Official figures released on Tuesday showed that the private sector consumed Rs291 billion between July and June 23, 2007. The slow credit growth indicates slow activity in the private sector. The credit flow to the private sector was 17 per cent less than the previous year.
Bankers said the main borrower, textile sector, limited its requirement which is partially reflected from the slow export growth of the biggest manufacturing sector of the country.
Bankers said textile sector borrowings for 2006-07 remained 20 per cent less than the previous year while banks were eager to increase loaning to corporate sector.
The textile sector has been asking for more incentives to improve its performance. The textile sector wants cheaper money to bring down cost of production which may help the sector to increase exports in the year 2007-08.
However, the textile industry has been the biggest beneficiary of subsidised loans from banks and a record Rs360 billion were provided under the export finance scheme during 2006-07.
The excess liquidity floating in the banking system mainly because of huge inflow of foreign exchange and record remittances made it difficult for the banks to use them at best returns.
“Banks will invest more on risk-free treasury bills during the year while personal loans and consumer loans will get more shares during the current fiscal,” said Noman Ahmed, a local banker.
He said that the State Bank has already started floating huge amount of treasury bills and more are expected to come which would help both banks and the money market to remain stable.

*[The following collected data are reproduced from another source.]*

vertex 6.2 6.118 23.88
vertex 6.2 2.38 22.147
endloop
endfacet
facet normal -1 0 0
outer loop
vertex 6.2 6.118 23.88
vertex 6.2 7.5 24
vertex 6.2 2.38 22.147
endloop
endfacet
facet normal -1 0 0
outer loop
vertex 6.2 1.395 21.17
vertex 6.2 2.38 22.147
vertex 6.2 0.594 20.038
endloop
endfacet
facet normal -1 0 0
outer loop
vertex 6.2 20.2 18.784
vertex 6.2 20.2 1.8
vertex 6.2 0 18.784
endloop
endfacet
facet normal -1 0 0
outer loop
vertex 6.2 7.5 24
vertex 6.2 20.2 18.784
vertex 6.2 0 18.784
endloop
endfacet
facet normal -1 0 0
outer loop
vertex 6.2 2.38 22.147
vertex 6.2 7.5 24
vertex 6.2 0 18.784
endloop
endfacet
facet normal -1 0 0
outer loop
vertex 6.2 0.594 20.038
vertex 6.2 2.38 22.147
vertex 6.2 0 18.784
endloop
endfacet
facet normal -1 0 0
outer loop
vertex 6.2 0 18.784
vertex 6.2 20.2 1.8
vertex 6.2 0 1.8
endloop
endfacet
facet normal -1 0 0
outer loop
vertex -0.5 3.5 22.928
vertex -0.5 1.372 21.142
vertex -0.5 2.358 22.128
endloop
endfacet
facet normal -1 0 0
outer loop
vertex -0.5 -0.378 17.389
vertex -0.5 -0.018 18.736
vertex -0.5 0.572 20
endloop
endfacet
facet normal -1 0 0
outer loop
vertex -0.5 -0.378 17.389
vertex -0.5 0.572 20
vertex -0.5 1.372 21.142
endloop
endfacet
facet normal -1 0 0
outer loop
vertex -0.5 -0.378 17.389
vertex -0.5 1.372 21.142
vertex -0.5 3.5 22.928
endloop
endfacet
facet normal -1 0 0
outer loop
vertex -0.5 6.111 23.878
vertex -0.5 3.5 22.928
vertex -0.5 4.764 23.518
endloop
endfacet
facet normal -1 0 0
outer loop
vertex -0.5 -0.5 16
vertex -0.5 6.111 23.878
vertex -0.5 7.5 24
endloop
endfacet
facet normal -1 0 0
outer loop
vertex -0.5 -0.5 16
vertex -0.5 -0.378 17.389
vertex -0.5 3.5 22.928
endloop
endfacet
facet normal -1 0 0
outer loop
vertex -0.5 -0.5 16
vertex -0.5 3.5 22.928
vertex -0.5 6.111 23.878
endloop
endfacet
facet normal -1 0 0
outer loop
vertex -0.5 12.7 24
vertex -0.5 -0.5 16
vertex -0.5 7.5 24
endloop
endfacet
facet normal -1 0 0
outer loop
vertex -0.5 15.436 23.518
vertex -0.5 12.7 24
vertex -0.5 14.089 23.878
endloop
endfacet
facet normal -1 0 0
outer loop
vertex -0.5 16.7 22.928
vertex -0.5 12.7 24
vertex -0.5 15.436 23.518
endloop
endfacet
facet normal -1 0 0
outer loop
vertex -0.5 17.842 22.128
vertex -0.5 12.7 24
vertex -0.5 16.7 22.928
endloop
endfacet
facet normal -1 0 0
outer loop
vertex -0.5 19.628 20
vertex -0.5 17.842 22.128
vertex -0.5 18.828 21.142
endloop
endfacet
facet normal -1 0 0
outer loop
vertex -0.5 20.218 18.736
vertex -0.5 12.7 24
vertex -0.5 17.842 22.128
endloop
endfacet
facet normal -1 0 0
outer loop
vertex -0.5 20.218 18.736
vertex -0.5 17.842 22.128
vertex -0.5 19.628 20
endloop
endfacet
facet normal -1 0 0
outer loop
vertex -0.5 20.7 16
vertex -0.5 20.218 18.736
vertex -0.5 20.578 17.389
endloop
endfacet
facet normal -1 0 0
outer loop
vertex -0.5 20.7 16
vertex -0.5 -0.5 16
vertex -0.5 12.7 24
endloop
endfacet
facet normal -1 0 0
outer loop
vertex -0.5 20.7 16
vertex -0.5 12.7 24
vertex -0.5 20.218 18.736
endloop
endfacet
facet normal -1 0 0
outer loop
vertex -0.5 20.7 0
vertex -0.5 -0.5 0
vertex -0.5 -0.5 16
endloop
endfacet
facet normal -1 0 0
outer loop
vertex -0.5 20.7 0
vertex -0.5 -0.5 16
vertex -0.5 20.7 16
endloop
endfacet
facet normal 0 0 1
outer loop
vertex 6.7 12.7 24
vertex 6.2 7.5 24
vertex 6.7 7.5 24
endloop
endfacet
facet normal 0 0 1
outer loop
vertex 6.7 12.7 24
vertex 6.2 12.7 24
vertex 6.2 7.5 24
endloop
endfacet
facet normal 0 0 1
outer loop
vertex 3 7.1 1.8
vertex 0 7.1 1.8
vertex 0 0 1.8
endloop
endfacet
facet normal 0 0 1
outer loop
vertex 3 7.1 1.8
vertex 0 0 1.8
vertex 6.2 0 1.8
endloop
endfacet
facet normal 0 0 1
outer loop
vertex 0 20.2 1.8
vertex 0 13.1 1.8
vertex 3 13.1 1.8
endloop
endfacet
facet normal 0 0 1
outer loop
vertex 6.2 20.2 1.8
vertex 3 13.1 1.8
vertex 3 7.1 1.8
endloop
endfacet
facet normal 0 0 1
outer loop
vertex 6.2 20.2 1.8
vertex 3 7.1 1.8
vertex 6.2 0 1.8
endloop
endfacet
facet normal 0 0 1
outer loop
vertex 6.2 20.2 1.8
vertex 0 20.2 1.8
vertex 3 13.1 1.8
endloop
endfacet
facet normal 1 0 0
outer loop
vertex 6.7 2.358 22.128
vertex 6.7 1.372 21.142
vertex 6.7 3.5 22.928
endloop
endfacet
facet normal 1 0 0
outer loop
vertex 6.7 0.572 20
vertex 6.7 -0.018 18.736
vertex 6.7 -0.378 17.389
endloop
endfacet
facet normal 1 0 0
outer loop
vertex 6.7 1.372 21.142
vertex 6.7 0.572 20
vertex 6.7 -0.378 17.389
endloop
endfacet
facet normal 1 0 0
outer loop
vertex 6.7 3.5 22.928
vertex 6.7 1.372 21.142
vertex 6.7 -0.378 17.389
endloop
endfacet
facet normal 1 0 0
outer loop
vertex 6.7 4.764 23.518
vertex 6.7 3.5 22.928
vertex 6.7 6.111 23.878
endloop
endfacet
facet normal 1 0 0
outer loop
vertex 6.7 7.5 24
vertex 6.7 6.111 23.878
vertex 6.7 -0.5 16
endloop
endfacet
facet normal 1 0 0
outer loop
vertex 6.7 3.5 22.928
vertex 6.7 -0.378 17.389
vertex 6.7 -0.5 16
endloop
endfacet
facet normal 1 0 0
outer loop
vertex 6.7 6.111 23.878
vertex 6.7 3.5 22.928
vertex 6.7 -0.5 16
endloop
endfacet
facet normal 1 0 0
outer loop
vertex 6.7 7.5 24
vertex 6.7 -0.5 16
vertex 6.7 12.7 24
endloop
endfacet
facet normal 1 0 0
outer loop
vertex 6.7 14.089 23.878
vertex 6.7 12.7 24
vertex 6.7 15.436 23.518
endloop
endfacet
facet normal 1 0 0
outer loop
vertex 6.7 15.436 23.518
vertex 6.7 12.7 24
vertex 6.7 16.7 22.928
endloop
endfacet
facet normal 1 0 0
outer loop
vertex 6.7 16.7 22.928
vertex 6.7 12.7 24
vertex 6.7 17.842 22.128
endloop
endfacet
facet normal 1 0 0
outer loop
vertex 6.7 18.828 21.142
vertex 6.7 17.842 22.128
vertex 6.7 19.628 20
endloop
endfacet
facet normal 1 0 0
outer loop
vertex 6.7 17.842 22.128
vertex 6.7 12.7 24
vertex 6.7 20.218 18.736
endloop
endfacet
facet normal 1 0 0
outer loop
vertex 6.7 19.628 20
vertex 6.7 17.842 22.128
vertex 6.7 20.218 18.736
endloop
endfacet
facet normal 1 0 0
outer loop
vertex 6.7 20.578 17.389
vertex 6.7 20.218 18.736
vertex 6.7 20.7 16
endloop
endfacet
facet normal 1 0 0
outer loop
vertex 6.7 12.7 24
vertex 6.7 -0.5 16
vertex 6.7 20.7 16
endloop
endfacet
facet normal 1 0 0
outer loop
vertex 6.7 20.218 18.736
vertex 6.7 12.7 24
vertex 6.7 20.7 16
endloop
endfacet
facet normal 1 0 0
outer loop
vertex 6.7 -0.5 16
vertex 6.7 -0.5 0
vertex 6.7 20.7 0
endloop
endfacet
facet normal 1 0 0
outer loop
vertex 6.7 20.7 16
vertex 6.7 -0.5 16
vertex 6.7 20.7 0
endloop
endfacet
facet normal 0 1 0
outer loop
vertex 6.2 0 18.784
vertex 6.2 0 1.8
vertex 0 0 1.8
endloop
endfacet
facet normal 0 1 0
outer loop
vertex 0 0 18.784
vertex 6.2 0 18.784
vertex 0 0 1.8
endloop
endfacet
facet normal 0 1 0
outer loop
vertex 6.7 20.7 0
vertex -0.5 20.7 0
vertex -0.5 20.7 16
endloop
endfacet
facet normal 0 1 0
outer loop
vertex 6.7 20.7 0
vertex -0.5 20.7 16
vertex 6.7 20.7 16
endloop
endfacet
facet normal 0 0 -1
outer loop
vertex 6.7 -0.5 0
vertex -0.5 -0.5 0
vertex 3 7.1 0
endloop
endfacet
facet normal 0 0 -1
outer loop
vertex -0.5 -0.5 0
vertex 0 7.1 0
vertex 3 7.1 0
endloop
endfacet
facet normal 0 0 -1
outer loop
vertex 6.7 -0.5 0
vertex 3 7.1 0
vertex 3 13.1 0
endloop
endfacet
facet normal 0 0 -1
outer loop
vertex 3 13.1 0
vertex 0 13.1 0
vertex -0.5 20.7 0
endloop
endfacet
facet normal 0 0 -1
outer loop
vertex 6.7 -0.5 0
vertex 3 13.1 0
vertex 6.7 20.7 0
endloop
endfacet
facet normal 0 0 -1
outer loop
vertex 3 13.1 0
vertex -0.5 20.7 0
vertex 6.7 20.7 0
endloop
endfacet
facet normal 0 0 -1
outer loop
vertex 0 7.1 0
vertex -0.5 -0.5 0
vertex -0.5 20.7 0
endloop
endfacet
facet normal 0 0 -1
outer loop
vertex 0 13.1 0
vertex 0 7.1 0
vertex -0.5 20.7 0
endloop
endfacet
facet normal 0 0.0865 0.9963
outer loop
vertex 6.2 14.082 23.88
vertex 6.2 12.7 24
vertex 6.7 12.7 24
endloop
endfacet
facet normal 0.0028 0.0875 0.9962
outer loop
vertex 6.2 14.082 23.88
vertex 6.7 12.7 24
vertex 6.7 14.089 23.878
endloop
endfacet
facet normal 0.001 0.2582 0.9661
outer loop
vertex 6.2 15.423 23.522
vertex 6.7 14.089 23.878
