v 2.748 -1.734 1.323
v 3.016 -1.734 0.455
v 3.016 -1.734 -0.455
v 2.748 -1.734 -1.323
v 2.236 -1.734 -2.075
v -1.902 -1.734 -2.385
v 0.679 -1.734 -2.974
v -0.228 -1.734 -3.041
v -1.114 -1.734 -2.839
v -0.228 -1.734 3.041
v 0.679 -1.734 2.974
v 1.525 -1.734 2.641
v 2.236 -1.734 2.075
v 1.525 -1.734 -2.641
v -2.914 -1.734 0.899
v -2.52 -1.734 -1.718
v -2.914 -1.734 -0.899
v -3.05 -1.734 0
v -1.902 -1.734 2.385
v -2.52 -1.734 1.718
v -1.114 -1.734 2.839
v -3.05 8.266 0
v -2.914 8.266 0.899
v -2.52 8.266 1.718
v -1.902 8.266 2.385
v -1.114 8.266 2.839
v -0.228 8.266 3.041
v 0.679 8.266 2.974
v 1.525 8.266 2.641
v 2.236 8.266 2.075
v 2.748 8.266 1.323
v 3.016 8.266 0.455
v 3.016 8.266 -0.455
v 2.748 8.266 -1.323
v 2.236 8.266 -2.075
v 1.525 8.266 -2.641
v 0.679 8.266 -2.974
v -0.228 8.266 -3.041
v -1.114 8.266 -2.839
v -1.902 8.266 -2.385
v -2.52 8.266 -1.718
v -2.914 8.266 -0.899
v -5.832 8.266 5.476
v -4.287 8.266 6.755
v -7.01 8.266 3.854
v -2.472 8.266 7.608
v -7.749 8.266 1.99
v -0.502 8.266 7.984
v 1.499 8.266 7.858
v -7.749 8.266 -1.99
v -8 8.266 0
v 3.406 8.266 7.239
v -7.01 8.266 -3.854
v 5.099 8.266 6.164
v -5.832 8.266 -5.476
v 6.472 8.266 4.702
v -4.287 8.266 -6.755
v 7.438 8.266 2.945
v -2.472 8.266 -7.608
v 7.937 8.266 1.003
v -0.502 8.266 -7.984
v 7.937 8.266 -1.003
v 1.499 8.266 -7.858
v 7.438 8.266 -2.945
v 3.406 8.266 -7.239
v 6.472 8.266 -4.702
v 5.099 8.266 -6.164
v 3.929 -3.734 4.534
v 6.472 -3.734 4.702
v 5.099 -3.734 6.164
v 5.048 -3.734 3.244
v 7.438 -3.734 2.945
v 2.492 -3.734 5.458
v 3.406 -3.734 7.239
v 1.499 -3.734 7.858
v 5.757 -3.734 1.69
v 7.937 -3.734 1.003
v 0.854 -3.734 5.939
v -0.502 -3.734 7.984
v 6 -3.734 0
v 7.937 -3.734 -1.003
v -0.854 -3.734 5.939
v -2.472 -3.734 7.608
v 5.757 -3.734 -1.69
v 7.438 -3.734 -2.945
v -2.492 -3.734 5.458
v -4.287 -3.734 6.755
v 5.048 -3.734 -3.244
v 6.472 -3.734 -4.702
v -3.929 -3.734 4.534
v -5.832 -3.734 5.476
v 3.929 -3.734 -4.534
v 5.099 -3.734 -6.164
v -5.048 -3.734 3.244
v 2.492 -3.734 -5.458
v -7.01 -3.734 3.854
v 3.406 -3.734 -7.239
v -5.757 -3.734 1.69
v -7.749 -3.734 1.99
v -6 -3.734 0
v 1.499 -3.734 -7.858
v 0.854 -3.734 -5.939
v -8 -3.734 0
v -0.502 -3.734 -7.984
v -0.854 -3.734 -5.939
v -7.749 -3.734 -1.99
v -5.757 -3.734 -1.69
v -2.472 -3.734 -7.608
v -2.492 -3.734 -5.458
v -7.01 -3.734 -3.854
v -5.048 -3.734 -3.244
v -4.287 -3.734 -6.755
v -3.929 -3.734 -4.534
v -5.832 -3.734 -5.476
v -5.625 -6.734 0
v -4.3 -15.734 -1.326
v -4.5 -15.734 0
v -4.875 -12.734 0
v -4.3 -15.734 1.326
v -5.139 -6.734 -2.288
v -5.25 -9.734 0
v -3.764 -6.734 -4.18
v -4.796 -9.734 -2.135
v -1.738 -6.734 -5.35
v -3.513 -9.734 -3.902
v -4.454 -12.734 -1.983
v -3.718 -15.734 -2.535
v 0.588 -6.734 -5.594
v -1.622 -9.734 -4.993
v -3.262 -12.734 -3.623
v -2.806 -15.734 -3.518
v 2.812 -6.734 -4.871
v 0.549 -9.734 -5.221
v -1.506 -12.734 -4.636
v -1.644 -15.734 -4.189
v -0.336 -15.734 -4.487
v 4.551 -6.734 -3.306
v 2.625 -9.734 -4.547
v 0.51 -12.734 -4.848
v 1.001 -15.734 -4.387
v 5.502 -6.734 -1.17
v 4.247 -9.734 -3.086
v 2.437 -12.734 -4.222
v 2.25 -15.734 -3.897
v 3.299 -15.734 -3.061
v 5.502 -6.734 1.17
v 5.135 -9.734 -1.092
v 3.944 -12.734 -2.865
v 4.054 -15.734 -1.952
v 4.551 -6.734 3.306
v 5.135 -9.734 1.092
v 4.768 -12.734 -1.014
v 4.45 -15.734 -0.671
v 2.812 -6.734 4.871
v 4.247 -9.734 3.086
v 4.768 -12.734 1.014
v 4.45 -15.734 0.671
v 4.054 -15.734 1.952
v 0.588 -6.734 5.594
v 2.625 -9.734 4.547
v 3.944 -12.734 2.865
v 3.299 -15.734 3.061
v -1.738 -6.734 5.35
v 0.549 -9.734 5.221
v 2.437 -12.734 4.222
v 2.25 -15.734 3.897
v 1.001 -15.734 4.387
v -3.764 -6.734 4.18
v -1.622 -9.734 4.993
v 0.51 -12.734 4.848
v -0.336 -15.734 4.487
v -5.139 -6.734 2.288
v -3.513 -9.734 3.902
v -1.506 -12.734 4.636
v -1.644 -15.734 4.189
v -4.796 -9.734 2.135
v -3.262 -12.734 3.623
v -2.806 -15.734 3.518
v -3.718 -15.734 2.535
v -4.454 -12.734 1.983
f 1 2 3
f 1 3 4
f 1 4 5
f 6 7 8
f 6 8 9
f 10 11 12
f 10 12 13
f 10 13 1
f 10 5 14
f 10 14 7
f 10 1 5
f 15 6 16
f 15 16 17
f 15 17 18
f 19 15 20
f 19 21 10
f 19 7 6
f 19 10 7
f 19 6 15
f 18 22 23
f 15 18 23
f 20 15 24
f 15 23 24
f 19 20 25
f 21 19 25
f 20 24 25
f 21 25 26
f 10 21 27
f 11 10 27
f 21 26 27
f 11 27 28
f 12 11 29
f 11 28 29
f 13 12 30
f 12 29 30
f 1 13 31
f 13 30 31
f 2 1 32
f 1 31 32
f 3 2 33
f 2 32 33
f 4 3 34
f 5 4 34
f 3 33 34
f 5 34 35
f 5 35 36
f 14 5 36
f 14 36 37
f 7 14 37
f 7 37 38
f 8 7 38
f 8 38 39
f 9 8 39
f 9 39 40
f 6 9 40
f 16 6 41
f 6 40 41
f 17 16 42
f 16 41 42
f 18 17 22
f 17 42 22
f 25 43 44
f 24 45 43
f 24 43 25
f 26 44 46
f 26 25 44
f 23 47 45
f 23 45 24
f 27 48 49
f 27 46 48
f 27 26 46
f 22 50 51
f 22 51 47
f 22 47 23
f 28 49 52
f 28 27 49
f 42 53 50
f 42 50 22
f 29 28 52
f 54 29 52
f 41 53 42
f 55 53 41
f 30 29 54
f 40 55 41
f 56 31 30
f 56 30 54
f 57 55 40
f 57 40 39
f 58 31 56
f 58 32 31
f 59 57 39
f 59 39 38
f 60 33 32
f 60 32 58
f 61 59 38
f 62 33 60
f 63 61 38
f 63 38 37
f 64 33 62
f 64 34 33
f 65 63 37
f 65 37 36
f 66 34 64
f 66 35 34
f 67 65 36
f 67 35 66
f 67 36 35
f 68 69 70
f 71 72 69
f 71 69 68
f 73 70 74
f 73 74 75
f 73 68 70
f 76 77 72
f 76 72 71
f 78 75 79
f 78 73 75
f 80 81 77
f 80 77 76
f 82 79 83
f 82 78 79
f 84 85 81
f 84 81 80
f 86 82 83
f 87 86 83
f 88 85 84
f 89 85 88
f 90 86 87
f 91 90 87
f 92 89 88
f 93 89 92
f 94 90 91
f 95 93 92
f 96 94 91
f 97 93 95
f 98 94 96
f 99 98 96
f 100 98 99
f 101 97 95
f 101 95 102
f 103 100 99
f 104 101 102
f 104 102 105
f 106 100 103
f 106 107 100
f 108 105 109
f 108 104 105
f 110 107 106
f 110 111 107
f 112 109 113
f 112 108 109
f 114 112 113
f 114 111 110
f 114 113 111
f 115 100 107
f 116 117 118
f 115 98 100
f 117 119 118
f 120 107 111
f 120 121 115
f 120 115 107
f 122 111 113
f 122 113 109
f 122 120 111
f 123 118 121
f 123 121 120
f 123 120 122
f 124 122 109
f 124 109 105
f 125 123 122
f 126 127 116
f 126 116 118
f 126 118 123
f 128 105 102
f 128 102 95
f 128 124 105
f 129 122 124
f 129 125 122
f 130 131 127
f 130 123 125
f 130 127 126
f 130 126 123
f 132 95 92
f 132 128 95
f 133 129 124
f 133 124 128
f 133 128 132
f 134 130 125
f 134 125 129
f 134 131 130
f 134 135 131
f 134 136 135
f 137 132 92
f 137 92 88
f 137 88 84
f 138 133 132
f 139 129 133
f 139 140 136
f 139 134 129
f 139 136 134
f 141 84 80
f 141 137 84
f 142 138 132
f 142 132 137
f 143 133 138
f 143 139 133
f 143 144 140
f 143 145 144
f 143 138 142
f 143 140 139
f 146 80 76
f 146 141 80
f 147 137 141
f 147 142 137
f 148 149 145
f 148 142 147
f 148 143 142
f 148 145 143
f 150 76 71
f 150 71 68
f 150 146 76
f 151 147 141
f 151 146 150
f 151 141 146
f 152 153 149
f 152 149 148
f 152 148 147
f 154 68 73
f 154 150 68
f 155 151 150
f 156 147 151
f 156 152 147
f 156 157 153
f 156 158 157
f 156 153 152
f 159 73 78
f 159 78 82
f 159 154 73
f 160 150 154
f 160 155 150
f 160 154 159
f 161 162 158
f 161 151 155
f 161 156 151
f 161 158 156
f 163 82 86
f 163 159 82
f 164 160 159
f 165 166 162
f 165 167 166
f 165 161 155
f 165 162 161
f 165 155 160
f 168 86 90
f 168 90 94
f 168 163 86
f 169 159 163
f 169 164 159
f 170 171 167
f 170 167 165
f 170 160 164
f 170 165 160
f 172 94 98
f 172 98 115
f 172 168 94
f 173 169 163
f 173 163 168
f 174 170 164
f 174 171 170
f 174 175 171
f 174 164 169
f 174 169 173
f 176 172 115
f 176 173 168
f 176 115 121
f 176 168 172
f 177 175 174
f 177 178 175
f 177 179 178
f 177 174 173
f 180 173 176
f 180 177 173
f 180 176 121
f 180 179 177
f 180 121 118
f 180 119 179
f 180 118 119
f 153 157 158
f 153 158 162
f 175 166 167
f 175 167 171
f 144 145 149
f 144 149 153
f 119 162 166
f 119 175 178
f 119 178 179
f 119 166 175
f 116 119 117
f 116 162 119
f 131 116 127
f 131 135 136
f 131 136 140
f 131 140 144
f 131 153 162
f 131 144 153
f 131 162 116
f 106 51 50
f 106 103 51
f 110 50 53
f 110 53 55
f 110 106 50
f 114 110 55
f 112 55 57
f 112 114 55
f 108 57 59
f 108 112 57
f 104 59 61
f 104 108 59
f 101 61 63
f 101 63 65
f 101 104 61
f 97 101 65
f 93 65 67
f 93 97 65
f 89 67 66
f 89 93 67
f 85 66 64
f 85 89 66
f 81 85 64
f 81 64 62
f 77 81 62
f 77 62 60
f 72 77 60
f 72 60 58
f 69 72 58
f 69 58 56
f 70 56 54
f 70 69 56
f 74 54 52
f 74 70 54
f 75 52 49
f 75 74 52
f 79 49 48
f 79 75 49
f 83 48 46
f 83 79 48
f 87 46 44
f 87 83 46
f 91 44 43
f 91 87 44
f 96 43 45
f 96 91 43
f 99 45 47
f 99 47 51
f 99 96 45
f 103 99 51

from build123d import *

# Parameters (mm, degrees)
CROQUIS2_R            = 3.05
CORTAR_EXTRUIR1_DEPTH = 10


with BuildPart() as part:
    # Croquis1 → Revolución1 (revolve)
    with BuildSketch(Plane.XY, mode=Mode.PRIVATE) as revoluci_n1_sk:
        Polygon((0, 8.266073618), (8, 8.266073618), (8, -3.733926382), (6, -3.733926382), (4.5, -15.733926382), (0, -15.733926382), align=None)
    revolve(revoluci_n1_sk.sketch.rotate(Axis((0, 12.501582414, 0), (0, -1, 0)), 180), axis=Axis((0, 12.501582414, 0), (0, -1, 0)))

    # Croquis2 → Cortar-Extruir1 (cut)
    with BuildSketch(Plane(origin=(0, 8.266073618, 0), x_dir=(1, 0, 0), z_dir=(0, 1, 0))):
        with Locations(Location((0, 0, 0), (0, 0, 180))):
            Circle(CROQUIS2_R)
    extrude(amount=-CORTAR_EXTRUIR1_DEPTH, mode=Mode.SUBTRACT)


solid = part.part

“There is a little hope that the textile sector will increase their consumption this year as the sector is trying to get maximum benefit from the subsidised loans under the refinance scheme,” said another banker.
He said the economic growth during 2006-07 was the real reflection of growth in agriculture sector, banking and communications during the previous fiscal while the manufacturing sector did not show strength which was a reason of low credit flows towards the private sector.
Bankers said the credit target for the year 2007-08 would be less than the current year or would be equal to it as the demand for credit was not very high.
They said the new fiscal may see some growth but it would not cross the target of Rs390 billion.
The monetary policy, which is expected at the end of this month, would reveal the monetary situation and that would set the new target for current fiscal for private sector.
The State Bank has already said that it would follow the tight monetary policy for another six months from July to December 2007.
In the presence of huge liquidity and a direct outcome of record foreign inflows, banks are expecting no change in the monetary policy.